When we look at the defining differences between humans found in modern society and humans found in uncontacted tribes, it really boils down to the differences found in the sophistication of technologies. Belief systems in these tribes come from the same mixture of comforting fairy tales and explanations for natural phenomena, while gender roles center around utility much as they have in other societies. Ethics in these tribes centers around what the fairy tales they adhere to proscribe, while what’s socially acceptable is based on what behavior benefits an individual in this tribe to display to his peers. All in all, tool-use is our main distinguishing factor here and we’re only separated by several millennia. If these same people, with all of their similarities to us, live in these conditions without the sophisticated tools and technologies we have access to, then the case becomes clear: the tools maketh the man. At the end of the day, people in modern societies are just confused animals unsure of what to do with their lives, while the rest of the animal kingdom see their own meaning laid out plainly for themselves. The human spiritual crisis is, to put it succinctly, a matter of lifeforms overthinking a game which even amoeba and bacteria can instinctually understand. When we think about bicameralism theory and the nature of how the mind evolved over time as civilization evolved, it becomes clear that industrialism and the economic constraints that came with it threw the human psyche into disarray. The challenge, in order to save humanity from this emergent spiritual crisis, is to find solutions to the problems that come with living inside industrial society.
Chief among these problems is the lack of contentment with the simplicity of life. In cultures of convenience, where water, food, and dopamine-milking commodities can be bought and paid for, where necessities are provided by supply chains that maintain a constant stream of service, two problems occur: firstly, humans become increasingly infantilized by the conveniences afforded to them and the free time created by all this convenience can create the conditions for “overthinking” to take place. When humans are adapted to a life of convenience and ease, they become complacent and their thinking in turn becomes unproductive. There is no need to experience the new or contemplate the foreign, when what works so far is enough to get by. For humans, parents share their childrens’ views 70% of the time because they’re typically brought up in similar conditions with similar values that their parents were given. While these people might passionately defend and promote their belief systems, it’s good to always remember that these people are essentially parrots spouting out prerecorded noises, laden with meanings and values passed down through generations until their lives are impacted too much by changes to sustain the same mindset as prior generations did.

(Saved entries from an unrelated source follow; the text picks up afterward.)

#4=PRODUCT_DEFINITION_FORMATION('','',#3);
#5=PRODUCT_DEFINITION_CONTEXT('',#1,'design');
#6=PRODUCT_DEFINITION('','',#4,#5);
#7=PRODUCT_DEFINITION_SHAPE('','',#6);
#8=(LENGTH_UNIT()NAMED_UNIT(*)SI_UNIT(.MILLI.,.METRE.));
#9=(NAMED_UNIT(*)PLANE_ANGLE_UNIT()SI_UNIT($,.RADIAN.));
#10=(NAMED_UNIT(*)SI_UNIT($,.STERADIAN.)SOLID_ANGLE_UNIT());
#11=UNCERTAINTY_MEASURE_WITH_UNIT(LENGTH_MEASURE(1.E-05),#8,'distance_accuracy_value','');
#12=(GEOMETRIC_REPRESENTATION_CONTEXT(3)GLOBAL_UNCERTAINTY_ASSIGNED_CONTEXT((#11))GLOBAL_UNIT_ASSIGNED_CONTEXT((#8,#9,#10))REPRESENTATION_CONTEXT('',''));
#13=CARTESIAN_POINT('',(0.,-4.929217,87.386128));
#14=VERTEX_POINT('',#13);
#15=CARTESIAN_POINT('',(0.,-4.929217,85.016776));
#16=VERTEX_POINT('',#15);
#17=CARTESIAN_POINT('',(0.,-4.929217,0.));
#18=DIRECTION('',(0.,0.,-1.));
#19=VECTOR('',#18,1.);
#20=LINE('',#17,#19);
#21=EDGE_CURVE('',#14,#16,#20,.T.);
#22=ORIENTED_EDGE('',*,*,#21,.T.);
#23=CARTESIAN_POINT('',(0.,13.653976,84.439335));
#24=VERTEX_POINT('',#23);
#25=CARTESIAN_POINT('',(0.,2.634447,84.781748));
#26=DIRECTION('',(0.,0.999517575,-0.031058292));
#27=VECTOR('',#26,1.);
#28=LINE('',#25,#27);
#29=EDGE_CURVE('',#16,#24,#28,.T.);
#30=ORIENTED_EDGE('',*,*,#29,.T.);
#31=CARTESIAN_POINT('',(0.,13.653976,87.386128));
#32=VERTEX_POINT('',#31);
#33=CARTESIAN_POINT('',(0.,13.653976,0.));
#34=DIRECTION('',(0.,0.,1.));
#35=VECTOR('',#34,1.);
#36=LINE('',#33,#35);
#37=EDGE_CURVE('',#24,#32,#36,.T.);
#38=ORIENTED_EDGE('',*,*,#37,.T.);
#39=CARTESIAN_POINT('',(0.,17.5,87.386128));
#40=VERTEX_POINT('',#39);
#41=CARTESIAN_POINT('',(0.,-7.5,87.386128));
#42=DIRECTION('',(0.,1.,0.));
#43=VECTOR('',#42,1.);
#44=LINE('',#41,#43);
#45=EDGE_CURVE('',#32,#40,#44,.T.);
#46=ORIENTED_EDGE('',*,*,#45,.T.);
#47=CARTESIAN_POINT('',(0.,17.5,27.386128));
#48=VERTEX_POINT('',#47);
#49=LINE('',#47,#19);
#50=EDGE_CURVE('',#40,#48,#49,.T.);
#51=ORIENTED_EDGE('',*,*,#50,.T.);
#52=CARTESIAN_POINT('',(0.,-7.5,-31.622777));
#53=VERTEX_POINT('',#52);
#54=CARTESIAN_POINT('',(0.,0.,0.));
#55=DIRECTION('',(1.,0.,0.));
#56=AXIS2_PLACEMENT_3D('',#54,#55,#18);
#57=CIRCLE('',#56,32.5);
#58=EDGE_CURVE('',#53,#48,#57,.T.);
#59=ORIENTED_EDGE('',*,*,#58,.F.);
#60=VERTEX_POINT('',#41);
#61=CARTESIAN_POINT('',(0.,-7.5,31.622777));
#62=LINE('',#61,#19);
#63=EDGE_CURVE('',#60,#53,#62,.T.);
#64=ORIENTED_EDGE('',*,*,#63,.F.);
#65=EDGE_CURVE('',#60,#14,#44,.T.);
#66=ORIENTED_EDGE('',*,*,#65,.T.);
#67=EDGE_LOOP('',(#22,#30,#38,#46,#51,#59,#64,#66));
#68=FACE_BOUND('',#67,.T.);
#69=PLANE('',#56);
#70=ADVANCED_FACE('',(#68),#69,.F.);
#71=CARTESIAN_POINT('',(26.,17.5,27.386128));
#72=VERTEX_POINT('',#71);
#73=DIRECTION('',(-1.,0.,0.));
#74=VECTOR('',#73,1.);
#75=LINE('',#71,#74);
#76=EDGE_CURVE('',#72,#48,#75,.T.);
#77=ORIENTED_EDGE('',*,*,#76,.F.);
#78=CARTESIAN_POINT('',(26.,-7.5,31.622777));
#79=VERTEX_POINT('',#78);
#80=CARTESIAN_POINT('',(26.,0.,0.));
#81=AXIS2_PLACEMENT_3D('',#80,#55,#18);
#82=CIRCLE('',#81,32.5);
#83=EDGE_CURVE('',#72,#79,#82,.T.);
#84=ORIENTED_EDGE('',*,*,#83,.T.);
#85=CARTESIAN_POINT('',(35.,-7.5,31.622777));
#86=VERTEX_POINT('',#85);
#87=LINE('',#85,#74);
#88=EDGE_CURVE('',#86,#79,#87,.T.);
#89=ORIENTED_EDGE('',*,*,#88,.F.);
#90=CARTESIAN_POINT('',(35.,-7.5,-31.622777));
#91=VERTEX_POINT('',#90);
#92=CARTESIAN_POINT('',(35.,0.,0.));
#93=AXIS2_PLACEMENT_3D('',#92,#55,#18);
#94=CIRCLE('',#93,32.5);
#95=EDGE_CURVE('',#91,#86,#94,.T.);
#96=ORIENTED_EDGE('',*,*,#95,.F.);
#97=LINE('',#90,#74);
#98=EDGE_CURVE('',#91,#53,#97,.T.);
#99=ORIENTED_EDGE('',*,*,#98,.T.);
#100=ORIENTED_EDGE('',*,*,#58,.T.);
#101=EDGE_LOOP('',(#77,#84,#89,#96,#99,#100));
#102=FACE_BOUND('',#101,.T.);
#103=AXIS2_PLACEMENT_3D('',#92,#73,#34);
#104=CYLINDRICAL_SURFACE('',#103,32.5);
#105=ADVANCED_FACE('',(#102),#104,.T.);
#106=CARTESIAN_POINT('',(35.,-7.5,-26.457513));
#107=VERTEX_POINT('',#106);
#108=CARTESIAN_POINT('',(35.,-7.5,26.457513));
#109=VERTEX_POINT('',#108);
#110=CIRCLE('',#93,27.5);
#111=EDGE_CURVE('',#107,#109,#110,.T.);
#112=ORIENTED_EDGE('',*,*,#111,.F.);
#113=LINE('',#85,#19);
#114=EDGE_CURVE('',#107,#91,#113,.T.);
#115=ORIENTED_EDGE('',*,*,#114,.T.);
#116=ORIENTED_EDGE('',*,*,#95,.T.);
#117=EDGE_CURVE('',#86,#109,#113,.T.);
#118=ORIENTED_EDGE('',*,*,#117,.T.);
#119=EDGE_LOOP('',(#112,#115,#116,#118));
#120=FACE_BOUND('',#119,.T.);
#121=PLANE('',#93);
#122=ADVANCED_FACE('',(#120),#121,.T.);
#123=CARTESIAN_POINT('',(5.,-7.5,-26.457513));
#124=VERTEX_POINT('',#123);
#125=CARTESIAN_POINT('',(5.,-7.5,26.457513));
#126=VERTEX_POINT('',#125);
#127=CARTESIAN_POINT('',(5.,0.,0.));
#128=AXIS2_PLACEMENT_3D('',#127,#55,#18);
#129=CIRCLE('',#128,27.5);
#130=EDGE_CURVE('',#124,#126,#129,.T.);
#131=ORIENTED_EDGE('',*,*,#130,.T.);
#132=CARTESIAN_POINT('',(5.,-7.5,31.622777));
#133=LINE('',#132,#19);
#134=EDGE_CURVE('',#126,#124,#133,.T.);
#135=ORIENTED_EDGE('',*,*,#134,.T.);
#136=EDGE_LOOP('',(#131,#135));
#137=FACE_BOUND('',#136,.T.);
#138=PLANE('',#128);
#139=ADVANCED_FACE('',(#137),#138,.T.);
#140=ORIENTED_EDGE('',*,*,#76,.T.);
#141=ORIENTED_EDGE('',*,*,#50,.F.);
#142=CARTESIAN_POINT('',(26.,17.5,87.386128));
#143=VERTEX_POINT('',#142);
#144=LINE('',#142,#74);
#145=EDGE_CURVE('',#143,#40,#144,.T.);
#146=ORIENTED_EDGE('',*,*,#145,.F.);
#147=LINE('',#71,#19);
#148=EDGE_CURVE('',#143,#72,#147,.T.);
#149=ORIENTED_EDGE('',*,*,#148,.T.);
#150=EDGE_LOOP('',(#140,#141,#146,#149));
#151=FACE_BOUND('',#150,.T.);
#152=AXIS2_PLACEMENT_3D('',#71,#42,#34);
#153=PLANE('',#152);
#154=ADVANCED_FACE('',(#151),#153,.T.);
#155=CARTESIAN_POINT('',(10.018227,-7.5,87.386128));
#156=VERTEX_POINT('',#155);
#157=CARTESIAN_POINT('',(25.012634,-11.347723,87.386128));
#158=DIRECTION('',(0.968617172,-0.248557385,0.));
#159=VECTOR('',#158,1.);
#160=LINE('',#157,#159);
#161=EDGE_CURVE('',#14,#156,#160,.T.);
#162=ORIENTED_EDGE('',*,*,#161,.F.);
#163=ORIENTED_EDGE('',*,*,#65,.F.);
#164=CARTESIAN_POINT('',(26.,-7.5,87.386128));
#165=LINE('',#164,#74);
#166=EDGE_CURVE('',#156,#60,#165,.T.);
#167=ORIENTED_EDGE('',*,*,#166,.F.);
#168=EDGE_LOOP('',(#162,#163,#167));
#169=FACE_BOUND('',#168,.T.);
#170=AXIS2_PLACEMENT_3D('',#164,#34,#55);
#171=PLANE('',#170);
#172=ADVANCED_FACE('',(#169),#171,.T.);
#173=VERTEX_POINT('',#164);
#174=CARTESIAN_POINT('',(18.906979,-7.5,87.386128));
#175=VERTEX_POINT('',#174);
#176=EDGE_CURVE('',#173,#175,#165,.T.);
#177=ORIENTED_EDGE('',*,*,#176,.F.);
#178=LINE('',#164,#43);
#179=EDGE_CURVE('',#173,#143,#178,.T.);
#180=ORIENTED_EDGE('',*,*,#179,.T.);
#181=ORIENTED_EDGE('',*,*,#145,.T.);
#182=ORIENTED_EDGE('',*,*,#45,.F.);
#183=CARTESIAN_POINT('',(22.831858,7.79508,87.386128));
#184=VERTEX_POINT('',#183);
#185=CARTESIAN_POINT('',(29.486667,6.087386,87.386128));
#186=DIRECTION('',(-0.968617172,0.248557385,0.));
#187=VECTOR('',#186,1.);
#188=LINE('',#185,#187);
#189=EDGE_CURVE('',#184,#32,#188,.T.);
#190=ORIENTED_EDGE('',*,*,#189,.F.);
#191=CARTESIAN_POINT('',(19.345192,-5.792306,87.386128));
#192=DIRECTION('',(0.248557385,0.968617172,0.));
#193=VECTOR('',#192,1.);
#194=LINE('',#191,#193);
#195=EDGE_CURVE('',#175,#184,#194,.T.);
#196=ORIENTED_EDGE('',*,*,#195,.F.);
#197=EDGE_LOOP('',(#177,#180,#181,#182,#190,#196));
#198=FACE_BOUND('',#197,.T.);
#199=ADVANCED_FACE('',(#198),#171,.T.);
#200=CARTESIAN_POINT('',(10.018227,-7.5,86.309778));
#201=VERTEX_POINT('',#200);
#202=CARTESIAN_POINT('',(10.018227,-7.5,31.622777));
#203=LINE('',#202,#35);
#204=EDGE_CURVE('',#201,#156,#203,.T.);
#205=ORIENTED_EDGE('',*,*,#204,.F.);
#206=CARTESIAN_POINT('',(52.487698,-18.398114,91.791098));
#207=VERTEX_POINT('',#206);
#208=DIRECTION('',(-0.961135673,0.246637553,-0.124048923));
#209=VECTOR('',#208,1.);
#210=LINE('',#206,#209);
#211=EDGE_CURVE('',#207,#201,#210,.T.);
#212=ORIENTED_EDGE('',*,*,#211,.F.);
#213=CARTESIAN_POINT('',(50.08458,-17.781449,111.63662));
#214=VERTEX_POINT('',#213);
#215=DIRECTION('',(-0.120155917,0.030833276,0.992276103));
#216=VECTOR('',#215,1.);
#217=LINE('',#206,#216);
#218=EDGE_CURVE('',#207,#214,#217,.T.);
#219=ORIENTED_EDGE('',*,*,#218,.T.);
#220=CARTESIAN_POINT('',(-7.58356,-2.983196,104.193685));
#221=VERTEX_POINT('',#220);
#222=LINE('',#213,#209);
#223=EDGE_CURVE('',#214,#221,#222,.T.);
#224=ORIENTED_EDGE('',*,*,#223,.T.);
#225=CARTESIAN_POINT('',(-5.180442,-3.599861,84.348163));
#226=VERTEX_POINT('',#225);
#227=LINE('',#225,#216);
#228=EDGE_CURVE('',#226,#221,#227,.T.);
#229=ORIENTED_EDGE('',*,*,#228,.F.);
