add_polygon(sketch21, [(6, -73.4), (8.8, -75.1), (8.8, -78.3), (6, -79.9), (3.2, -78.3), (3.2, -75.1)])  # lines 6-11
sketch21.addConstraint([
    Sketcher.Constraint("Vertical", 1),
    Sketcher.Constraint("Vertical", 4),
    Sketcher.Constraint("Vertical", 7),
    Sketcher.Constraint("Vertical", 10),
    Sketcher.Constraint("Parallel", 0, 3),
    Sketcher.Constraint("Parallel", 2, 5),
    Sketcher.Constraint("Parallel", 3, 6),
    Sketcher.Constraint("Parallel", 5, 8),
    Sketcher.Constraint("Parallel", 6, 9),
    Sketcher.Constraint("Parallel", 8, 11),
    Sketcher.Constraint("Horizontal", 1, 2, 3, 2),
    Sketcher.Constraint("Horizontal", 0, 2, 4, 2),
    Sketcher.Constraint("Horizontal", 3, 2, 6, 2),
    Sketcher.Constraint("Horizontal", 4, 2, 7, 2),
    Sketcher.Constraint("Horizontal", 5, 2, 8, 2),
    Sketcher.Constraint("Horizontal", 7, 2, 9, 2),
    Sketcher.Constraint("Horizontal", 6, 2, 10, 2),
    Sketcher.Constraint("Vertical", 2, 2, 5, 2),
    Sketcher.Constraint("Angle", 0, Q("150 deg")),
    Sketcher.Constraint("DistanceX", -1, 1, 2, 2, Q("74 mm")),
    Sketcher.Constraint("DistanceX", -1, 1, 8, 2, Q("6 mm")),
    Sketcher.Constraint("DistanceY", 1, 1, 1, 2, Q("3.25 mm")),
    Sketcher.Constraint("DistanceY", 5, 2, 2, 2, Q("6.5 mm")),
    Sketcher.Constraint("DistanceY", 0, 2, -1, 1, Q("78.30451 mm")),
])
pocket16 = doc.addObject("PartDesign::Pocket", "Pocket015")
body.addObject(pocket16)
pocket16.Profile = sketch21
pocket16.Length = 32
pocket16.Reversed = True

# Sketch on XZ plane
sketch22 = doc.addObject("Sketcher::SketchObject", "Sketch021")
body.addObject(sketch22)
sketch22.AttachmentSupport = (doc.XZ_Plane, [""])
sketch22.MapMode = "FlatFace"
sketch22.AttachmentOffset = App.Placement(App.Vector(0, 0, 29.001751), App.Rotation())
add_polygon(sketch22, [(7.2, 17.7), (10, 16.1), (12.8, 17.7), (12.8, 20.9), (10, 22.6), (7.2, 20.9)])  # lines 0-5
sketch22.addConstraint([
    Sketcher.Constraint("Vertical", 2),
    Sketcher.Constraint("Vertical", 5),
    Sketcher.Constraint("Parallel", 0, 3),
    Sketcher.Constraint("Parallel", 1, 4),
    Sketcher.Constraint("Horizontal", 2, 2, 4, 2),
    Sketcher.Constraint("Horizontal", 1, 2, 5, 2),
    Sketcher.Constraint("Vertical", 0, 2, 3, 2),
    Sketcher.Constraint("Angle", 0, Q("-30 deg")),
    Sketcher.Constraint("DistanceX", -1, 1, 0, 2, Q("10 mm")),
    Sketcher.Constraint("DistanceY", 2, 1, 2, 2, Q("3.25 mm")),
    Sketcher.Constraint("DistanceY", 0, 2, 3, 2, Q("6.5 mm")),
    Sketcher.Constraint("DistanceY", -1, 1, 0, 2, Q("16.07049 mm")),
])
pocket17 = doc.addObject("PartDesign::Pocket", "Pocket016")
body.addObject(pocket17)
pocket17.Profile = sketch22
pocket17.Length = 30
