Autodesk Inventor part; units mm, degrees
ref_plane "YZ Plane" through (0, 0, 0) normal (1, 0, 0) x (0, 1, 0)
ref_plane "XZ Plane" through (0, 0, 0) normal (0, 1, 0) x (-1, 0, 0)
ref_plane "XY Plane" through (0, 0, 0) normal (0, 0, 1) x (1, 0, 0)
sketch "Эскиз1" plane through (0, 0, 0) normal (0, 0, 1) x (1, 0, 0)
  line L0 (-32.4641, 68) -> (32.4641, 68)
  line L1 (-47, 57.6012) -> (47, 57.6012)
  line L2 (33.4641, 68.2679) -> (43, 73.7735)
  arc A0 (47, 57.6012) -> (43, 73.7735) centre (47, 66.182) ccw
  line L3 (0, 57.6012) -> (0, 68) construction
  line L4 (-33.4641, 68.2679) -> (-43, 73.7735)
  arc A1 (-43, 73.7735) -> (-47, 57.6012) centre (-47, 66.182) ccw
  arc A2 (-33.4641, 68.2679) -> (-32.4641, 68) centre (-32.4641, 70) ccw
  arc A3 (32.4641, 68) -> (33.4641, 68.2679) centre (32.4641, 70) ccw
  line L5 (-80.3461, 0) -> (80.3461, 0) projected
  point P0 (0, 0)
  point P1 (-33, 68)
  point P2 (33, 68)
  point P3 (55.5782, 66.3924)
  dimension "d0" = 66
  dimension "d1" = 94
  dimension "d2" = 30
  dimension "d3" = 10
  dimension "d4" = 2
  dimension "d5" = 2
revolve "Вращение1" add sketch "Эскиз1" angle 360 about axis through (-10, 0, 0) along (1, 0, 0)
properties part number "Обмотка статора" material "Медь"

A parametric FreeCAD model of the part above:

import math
import FreeCAD as App
import Part
import Sketcher
from FreeCAD import Vector
Q = App.Units.Quantity

doc = App.newDocument("Part")
body = doc.addObject("PartDesign::Body", "Body")

sketch1 = body.newObject("Sketcher::SketchObject", "Sketch")
sketch1.AttachmentSupport = (doc.getObject("XY_Plane"), [""])
sketch1.MapMode = "FlatFace"
sketch1.addGeometry(Part.LineSegment(Vector(32.5, 68, 0), Vector(-32.5, 68, 0)), False)
sketch1.addGeometry(Part.ArcOfCircle(Part.Circle(Vector(-32.5, 70, 0), Vector(0, 0, 1), 2), math.radians(-120), math.radians(-90)), False)
sketch1.addGeometry(Part.LineSegment(Vector(-33.5, 68.3, 0), Vector(-43, 73.8, 0)), False)
sketch1.addGeometry(Part.ArcOfCircle(Part.Circle(Vector(-47, 66.2, 0), Vector(0, 0, 1), 8.6), math.radians(62), math.radians(270)), False)
sketch1.addGeometry(Part.LineSegment(Vector(-47, 57.6, 0), Vector(47, 57.6, 0)), False)
sketch1.addGeometry(Part.ArcOfCircle(Part.Circle(Vector(47, 66.2, 0), Vector(0, 0, 1), 8.6), math.radians(-90), math.radians(118)), False)
sketch1.addGeometry(Part.LineSegment(Vector(43, 73.8, 0), Vector(33.5, 68.3, 0)), False)
sketch1.addGeometry(Part.ArcOfCircle(Part.Circle(Vector(32.5, 70, 0), Vector(0, 0, 1), 2), math.radians(-90), math.radians(-60)), False)
sketch1.addConstraint(Sketcher.Constraint("Tangent", 0, 2, 1, 2))
sketch1.addConstraint(Sketcher.Constraint("Tangent", 1, 1, 2, 1))
sketch1.addConstraint(Sketcher.Constraint("Coincident", 2, 2, 3, 1))
sketch1.addConstraint(Sketcher.Constraint("Tangent", 3, 2, 4, 1))
sketch1.addConstraint(Sketcher.Constraint("Tangent", 4, 2, 5, 1))
sketch1.addConstraint(Sketcher.Constraint("Coincident", 5, 2, 6, 1))
sketch1.addConstraint(Sketcher.Constraint("Tangent", 6, 2, 7, 2))
sketch1.addConstraint(Sketcher.Constraint("Tangent", 7, 1, 0, 1))
sketch1.addConstraint(Sketcher.Constraint("Horizontal", 0))
sketch1.addConstraint(Sketcher.Constraint("Horizontal", 4))
sketch1.addConstraint(Sketcher.Constraint("Equal", 3, 5))
sketch1.addConstraint(Sketcher.Constraint("Equal", 1, 7))
sketch1.addConstraint(Sketcher.Constraint("Symmetric", 2, 2, 5, 2, -2))
sketch1.addConstraint(Sketcher.Constraint("Horizontal", 1, 1, 6, 2))
sketch1.addConstraint(Sketcher.Constraint("Radius", 1, Q("2 mm")))
sketch1.addConstraint(Sketcher.Constraint("DistanceX", 4, 1, 4, 2, Q("94 mm")))
sketch1.addConstraint(Sketcher.Constraint("Angle", 2, Q("149.9998 deg")))
sketch1.addConstraint(Sketcher.Constraint("DistanceY", -1, 1, 1, 3, Q("70 mm")))
sketch1.addConstraint(Sketcher.Constraint("DistanceX", 2, 2, -1, 1, Q("43 mm")))
sketch1.addConstraint(Sketcher.Constraint("Radius", 3, Q("8.5808 mm")))
sketch1.addConstraint(Sketcher.Constraint("DistanceX", 0, 2, 0, 1, Q("64.9282 mm")))
revolution = body.newObject("PartDesign::Revolution", "Revolution")
revolution.Profile = sketch1
revolution.ReferenceAxis = (sketch1, ["H_Axis"])
revolution.Angle = 360

doc.recompute()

People are so passionate about defending these beliefs that history is laden with examples of Christians, Muslims, and Marxist-Leninists killing their own flocks over slight differences in beliefs, because like parrots, they’re not aware enough to understand the overwhelming amount of similarities between these faiths’ marginally different sects. These people’s minds prefer fighting to accommodating, because it doesn’t threaten the ingrained worldviews they’ve inherited from their parents and the authorities. For even these dull people, the blatant reality that life exists because it survives and reproduces is too simple and not comforting enough for them to handle.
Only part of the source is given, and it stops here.